Monitor da Violencia, G1 (Globo), Brazil
Almost 5,500 people voted for the Microsoft award for public choice. The winner in this category is G1(Globo) in Brazil for their project “Monitor da violence”. G1 staff reporters in Brazil documented violent deaths over the course of one week. These stories have been cleared and written by more than 230 journalists throughout the country. The project aims at shedding a light on the victims, and tries to get to the root of this spread of violence.
ExtraPol is an innovative application of augmented reality in the service of journalism. The app, launched during the French presidental elections last year, turned everyday campaign posters into live data visualizations designed to inform voters about each candidate.
The Stanford Open Policing Project is a first-ever attempt to compile a single national database of stop and search data collected from police departments around the country. The database already contains 130 million records from 31 state police agencies, and the project’s long-term impact could be enormous.
The New York Times Opinion section created some of the most compelling, impactful data visualizations this year, including Trump’s Lies by Stuart Thompson and David Leonhardt. Op/Ed is traditionally dominated by text and illustrations, not graphics and visualization.
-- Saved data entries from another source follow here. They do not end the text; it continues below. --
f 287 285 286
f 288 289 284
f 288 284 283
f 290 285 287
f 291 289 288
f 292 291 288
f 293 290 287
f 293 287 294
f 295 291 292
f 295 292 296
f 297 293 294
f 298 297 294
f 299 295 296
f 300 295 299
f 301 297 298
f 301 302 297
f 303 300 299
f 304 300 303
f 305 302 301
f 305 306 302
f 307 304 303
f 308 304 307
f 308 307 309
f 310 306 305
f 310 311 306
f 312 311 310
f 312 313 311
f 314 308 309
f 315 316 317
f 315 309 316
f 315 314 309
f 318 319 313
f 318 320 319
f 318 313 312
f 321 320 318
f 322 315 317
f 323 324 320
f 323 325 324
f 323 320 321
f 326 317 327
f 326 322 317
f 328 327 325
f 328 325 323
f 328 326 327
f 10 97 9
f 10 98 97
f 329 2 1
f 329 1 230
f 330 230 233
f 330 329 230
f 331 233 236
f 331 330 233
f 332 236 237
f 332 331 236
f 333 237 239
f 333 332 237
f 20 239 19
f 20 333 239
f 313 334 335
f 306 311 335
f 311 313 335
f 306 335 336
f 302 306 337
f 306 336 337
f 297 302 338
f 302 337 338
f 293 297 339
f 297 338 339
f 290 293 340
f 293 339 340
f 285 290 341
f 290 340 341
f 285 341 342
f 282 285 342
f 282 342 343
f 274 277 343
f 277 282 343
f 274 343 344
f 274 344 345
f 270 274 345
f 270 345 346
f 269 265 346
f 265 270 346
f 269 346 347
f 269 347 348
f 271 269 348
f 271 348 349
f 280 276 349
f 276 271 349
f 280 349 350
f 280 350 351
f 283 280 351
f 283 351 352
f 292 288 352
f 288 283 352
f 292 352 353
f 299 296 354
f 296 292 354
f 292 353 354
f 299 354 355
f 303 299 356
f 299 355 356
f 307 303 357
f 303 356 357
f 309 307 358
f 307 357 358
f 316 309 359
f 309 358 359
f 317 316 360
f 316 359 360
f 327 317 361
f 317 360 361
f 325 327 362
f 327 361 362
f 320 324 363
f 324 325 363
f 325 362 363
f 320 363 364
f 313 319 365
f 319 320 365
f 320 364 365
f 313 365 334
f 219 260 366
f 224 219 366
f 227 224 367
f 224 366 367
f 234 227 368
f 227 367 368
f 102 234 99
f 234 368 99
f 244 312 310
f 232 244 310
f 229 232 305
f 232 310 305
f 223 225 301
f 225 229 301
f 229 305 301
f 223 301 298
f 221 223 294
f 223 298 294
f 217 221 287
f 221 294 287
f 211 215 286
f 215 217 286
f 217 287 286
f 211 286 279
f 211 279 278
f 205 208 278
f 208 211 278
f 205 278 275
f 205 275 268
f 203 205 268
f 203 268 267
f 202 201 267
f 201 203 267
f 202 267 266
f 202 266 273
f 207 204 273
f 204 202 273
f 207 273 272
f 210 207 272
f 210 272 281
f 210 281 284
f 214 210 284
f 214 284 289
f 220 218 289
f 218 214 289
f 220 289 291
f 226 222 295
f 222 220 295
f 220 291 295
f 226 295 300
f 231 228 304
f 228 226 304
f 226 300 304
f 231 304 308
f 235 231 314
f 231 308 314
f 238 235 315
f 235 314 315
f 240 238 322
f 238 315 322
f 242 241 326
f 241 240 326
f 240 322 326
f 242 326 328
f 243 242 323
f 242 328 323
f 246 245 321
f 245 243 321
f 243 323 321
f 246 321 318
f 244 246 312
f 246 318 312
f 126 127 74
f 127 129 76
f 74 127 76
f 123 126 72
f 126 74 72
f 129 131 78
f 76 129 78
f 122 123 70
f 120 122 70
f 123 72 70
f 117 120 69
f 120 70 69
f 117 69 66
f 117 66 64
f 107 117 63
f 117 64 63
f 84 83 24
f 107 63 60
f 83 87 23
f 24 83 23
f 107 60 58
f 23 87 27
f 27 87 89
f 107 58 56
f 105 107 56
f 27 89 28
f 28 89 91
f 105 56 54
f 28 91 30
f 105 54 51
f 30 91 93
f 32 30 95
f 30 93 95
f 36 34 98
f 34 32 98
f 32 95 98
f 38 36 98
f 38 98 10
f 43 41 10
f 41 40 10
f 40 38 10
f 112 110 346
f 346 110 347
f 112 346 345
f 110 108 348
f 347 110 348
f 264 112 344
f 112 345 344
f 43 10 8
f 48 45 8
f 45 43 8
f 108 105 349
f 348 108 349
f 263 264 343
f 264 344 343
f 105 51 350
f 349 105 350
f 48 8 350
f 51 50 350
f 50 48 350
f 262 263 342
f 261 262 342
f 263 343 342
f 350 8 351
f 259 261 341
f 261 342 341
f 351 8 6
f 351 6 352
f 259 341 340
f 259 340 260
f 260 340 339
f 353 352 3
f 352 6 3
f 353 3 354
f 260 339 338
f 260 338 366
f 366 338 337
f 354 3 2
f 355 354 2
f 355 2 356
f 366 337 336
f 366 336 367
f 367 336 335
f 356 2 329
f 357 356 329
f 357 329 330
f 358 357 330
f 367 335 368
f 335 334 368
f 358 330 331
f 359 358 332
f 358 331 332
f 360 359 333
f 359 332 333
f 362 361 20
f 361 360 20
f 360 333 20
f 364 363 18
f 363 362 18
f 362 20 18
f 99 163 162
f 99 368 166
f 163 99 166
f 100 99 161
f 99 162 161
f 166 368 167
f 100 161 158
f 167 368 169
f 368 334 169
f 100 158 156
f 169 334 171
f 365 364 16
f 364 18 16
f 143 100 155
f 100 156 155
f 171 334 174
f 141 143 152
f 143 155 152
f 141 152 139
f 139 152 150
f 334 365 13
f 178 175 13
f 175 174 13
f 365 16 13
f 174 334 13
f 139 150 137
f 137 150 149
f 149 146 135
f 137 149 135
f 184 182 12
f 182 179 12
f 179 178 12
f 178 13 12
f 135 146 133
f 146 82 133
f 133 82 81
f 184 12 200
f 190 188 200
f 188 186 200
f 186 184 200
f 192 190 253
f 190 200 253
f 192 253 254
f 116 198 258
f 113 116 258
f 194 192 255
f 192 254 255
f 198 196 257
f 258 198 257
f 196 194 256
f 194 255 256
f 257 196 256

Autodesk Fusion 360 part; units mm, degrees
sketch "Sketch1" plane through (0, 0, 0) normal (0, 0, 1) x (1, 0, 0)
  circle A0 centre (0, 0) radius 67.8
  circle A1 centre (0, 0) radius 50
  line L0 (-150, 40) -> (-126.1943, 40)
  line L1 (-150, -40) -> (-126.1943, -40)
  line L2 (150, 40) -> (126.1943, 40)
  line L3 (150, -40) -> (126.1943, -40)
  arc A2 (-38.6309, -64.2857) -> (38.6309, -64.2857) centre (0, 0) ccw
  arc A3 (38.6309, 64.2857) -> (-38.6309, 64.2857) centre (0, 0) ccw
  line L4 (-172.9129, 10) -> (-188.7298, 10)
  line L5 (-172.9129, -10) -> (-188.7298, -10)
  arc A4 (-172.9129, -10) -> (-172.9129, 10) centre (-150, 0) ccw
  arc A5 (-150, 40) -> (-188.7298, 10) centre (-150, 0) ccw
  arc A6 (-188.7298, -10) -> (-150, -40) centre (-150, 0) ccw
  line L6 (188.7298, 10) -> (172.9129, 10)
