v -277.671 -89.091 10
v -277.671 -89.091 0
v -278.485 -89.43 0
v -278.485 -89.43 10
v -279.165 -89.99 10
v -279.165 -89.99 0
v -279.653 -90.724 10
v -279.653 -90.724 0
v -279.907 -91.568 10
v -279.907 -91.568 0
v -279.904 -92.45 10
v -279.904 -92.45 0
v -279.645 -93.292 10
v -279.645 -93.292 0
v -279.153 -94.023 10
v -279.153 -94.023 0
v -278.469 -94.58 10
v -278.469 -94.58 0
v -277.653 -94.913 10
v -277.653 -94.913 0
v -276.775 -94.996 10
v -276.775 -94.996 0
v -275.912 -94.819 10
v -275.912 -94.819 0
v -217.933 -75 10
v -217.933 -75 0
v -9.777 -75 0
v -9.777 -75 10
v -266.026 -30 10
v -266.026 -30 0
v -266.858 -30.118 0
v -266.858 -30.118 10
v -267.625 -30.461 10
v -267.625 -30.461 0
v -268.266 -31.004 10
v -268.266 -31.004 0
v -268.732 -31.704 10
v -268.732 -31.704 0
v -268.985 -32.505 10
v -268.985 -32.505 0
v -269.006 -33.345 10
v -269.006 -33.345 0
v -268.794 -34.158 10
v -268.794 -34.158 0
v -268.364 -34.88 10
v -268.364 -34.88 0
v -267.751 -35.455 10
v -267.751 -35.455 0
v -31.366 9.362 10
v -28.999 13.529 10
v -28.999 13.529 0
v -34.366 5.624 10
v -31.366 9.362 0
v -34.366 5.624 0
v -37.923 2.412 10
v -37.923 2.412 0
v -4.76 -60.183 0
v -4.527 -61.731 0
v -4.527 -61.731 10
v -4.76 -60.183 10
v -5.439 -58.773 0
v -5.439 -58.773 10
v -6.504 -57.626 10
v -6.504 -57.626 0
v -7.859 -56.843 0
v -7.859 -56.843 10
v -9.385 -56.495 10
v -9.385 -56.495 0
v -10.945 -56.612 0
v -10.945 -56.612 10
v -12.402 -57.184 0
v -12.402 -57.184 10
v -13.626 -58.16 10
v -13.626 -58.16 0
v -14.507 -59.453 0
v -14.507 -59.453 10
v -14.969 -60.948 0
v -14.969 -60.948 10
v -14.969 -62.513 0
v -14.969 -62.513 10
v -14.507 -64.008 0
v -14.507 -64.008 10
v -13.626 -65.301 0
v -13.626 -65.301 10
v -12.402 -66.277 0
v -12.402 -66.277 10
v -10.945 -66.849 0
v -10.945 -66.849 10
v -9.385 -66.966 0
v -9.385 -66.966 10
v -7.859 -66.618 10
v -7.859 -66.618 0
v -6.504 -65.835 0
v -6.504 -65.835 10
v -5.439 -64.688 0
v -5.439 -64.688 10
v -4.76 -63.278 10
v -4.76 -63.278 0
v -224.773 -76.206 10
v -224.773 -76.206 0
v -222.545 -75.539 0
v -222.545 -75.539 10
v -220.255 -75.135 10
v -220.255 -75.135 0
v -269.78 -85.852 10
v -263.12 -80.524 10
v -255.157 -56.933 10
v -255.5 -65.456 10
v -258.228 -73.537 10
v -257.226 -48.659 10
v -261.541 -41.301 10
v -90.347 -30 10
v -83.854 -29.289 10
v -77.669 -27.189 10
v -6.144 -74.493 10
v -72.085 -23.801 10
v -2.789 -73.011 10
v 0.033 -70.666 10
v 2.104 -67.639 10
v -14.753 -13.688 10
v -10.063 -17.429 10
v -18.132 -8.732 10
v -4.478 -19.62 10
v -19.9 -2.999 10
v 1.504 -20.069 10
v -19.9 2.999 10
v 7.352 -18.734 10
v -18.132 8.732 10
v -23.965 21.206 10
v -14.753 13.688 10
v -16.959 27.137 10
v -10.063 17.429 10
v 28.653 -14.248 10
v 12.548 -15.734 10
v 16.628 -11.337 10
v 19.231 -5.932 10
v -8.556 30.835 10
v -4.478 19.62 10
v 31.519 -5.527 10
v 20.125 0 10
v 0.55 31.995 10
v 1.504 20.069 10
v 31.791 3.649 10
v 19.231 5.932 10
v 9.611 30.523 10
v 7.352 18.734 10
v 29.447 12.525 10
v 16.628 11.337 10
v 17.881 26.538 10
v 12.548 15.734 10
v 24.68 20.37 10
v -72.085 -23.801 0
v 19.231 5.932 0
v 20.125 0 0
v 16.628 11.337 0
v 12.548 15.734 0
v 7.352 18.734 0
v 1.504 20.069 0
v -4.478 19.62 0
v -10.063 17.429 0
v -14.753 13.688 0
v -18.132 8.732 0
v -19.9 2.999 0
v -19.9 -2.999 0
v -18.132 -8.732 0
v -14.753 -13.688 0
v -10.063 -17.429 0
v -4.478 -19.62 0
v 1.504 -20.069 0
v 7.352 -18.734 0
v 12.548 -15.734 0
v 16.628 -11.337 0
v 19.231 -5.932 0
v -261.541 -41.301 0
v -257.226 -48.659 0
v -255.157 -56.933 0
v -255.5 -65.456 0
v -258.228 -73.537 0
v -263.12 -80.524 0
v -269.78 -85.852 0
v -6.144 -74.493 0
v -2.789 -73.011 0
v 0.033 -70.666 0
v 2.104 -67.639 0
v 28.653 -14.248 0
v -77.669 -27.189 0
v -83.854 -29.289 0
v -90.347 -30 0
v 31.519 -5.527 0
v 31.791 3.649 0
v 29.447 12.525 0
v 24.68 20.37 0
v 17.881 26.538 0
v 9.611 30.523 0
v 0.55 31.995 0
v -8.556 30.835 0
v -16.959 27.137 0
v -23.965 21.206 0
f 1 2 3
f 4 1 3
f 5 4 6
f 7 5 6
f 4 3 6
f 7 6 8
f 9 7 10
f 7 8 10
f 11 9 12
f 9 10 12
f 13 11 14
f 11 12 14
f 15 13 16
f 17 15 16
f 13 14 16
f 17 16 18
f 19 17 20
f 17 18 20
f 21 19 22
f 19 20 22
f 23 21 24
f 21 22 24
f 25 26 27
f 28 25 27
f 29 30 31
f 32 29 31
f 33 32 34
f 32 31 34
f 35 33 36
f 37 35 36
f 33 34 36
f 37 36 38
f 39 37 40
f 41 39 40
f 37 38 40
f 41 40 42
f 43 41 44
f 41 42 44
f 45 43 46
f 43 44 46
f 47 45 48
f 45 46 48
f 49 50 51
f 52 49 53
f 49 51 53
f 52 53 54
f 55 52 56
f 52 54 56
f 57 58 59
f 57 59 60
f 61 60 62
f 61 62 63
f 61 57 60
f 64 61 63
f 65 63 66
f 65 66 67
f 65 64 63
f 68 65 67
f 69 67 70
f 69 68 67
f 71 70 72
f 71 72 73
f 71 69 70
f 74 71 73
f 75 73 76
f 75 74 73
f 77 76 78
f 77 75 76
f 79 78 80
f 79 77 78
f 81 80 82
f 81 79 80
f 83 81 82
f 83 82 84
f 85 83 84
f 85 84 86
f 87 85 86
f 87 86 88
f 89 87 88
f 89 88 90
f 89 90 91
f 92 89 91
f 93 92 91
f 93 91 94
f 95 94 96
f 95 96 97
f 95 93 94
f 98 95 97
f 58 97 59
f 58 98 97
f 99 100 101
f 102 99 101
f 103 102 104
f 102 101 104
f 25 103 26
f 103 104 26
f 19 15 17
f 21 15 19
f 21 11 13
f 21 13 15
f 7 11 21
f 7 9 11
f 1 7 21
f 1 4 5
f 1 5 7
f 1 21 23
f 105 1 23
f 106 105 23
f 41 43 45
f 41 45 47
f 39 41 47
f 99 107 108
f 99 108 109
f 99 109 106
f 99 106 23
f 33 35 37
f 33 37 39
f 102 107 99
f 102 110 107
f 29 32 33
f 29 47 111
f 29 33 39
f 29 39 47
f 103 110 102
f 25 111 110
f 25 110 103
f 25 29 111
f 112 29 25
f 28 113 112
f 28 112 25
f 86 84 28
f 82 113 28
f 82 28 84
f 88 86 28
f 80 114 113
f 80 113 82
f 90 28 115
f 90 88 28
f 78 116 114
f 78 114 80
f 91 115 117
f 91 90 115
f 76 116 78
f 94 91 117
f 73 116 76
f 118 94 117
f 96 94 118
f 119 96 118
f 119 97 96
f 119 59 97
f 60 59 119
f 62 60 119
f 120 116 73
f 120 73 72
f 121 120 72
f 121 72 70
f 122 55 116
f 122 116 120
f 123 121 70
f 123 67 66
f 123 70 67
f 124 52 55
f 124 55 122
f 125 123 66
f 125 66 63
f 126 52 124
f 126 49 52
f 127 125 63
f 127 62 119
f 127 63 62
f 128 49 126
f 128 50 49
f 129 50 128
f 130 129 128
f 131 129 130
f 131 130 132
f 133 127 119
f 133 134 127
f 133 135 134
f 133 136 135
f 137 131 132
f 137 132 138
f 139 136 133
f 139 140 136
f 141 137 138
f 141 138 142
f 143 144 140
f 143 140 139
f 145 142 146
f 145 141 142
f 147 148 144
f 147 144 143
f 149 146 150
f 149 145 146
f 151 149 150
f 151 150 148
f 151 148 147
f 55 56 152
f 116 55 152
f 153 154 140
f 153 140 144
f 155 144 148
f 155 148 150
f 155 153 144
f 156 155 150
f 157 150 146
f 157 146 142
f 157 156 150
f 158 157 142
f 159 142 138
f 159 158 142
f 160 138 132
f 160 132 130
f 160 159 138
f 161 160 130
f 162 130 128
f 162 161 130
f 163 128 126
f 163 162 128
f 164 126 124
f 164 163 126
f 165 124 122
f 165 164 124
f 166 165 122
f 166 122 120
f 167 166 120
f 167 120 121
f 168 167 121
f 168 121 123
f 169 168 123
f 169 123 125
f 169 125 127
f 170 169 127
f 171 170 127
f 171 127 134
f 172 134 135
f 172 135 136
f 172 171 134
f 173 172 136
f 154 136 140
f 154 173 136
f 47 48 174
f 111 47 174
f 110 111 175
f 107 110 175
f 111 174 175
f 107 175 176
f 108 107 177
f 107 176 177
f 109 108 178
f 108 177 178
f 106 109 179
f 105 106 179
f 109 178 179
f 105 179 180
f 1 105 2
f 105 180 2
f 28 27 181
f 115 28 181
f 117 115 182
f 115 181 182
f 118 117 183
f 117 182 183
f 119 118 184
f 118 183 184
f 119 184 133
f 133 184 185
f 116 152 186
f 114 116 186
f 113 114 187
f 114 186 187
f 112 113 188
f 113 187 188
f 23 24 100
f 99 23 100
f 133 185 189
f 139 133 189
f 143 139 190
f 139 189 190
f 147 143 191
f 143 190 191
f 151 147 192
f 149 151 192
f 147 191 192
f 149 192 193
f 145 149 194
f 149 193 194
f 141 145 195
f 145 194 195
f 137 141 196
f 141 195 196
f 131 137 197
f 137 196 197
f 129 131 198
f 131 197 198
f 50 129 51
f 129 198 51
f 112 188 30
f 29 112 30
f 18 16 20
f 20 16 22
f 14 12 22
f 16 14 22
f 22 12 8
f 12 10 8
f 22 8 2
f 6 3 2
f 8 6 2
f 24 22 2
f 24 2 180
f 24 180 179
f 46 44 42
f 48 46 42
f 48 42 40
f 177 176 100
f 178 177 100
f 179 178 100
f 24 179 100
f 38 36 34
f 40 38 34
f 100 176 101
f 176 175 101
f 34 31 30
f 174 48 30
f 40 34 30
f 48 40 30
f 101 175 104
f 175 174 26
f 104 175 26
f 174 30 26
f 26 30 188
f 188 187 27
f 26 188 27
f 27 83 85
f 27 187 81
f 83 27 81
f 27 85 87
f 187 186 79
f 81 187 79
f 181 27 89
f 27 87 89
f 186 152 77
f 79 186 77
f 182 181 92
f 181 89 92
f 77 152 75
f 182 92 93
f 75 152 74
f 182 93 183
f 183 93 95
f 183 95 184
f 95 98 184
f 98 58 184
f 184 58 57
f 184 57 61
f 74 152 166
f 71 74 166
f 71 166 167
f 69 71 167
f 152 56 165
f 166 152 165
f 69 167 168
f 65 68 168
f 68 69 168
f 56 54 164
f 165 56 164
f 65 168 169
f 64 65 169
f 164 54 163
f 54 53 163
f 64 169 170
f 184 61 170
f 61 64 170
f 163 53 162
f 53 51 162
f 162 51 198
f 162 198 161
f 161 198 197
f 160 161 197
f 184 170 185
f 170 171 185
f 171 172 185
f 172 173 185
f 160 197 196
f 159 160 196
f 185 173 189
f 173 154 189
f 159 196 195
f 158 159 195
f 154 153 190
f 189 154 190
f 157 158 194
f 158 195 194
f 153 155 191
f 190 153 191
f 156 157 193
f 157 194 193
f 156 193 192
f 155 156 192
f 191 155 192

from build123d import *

# Parameters (mm, degrees)
SKETCH1_R      = 20.125
SKETCH1_R_2    = 5.25
EXTRUDE1_DEPTH = 10


with BuildPart() as part:
    # Sketch1 → Extrude1 (new body)
    with BuildSketch(Plane.XY):
        with BuildLine():
            Line((-37.923361282, 2.412191764), (-72.084536873, -23.800600209))
            ThreePointArc((-72.084536873, -23.800600209), (-80.704195785, -28.407903885), (-90.347379744, -30))
            Line((-90.347379744, -30), (-266.026334039, -30))
            ThreePointArc((-266.026334039, -30), (-268.886721807, -32.095465966), (-267.751212763, -35.454545455))
            ThreePointArc((-267.751212763, -35.454545455), (-255.500241033, -65.45565953), (-277.670674774, -89.090909091))
            ThreePointArc((-277.670674774, -89.090909091), (-279.805574248, -92.880647284), (-275.911681822, -94.819077862))
            Line((-275.911681822, -94.819077862), (-224.773076173, -76.206147584))
            ThreePointArc((-224.773076173, -76.206147584), (-221.40563686, -75.30384494), (-217.932673306, -75))
            Line((-217.932673306, -75), (-9.777154065, -75))
            ThreePointArc((-9.777154065, -75), (-2.78855267, -73.010526422), (2.10446711, -67.638663429))
            Line((2.10446711, -67.638663429), (28.653113345, -14.247775111))
            ThreePointArc((28.653113345, -14.247775111), (13.889557824, 28.828461344), (-28.999331175, 13.529182954))
            ThreePointArc((-28.999331175, 13.529182954), (-32.791417533, 7.432910208), (-37.923361282, 2.412191764))
        make_face()
        Circle(SKETCH1_R, mode=Mode.SUBTRACT)
        with Locations((-9.777154065, -61.730521287)):
            Circle(SKETCH1_R_2, mode=Mode.SUBTRACT)
    extrude(amount=EXTRUDE1_DEPTH)


solid = part.part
The jury felt it important to call out The Times’ work in hopes others will follow its lead.
The competition, organised by the Global Editors Network, with support from the Google News Initiative, the John S. and James L. Knight Foundation, Microsoft, and in partnership with Chartbeat, received 630 submissions of the highest standards from 58 countries.
Now in its seventh year, the Data Journalism Awards was launched in 2012. In the first edition, it received close to 200 projects. Over the years it has grown to become the first international awards recognising outstanding work in the field of data journalism, receiving the highest amount of submissions in the history of the competition in 2018.